> Your goal
Gather all lines with "cube" from the records.

Dataset entries
"""

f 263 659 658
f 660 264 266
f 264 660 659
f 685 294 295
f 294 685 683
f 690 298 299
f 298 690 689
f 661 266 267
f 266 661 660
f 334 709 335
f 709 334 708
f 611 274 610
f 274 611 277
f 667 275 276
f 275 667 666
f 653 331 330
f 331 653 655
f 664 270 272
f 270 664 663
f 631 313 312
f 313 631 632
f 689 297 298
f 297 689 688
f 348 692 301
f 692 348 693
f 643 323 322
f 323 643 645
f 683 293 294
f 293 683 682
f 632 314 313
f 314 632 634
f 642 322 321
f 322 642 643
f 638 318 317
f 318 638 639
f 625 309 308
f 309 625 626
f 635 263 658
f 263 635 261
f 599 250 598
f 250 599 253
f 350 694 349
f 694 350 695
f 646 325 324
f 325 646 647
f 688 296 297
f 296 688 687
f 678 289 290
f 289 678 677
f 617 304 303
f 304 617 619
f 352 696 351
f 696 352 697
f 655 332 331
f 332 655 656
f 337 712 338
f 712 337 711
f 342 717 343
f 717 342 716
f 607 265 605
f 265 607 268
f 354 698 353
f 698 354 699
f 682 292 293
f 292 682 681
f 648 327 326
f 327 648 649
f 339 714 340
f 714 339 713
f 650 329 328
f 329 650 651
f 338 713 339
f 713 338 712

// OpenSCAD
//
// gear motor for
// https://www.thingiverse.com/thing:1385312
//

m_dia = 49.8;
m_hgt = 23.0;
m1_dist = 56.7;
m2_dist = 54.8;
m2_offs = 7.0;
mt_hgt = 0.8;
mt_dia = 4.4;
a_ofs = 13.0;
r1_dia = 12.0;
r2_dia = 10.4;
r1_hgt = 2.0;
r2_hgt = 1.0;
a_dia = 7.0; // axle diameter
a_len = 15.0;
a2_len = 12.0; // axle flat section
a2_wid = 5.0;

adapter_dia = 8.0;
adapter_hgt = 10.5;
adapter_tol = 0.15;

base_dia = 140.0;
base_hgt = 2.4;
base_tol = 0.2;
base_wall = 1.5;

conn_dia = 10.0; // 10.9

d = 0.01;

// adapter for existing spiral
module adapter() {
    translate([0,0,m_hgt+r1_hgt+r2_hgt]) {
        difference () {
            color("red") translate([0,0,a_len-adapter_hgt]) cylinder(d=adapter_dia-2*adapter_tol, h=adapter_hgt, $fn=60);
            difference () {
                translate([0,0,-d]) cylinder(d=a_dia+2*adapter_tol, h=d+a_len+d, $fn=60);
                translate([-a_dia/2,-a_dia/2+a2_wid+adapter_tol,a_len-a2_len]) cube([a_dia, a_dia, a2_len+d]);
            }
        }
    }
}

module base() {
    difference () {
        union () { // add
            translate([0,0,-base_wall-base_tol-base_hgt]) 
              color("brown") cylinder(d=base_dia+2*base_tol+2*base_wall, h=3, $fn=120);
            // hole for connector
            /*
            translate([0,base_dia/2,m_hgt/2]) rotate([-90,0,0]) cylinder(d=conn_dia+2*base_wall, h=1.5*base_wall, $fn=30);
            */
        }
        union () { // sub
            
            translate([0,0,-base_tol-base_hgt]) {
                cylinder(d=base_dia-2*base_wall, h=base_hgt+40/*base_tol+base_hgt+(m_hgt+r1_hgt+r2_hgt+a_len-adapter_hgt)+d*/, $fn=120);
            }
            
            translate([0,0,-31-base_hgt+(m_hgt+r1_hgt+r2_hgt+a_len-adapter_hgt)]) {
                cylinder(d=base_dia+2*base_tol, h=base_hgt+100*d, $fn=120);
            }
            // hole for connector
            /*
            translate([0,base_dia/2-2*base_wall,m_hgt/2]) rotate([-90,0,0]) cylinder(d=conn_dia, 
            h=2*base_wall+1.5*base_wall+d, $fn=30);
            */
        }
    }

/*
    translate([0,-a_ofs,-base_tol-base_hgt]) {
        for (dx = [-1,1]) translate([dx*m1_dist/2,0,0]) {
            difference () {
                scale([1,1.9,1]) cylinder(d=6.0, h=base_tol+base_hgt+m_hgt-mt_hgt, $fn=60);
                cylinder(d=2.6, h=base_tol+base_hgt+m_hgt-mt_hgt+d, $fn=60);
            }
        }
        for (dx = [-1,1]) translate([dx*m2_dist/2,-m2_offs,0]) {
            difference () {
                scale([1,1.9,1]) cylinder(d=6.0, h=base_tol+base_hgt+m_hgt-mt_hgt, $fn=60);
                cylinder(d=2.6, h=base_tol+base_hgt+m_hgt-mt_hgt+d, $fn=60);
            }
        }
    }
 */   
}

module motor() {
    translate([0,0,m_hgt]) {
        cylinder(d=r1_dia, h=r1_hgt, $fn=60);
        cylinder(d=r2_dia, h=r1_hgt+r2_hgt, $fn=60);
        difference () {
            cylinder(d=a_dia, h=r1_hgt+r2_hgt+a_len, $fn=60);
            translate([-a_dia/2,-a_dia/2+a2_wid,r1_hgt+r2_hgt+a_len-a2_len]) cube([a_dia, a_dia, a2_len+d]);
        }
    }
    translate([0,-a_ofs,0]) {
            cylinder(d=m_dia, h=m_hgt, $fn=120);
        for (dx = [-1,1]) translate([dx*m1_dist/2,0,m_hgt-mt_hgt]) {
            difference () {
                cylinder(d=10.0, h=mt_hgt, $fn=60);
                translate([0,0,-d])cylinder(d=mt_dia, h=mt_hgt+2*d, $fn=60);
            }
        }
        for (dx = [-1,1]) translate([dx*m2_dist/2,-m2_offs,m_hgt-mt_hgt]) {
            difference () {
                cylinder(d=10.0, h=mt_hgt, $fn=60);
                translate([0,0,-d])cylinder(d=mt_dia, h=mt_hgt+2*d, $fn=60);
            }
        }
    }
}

"""

> Exercise result
                translate([-a_dia/2,-a_dia/2+a2_wid+adapter_tol,a_len-a2_len]) cube([a_dia, a_dia, a2_len+d]);
            translate([-a_dia/2,-a_dia/2+a2_wid,r1_hgt+r2_hgt+a_len-a2_len]) cube([a_dia, a_dia, a2_len+d]);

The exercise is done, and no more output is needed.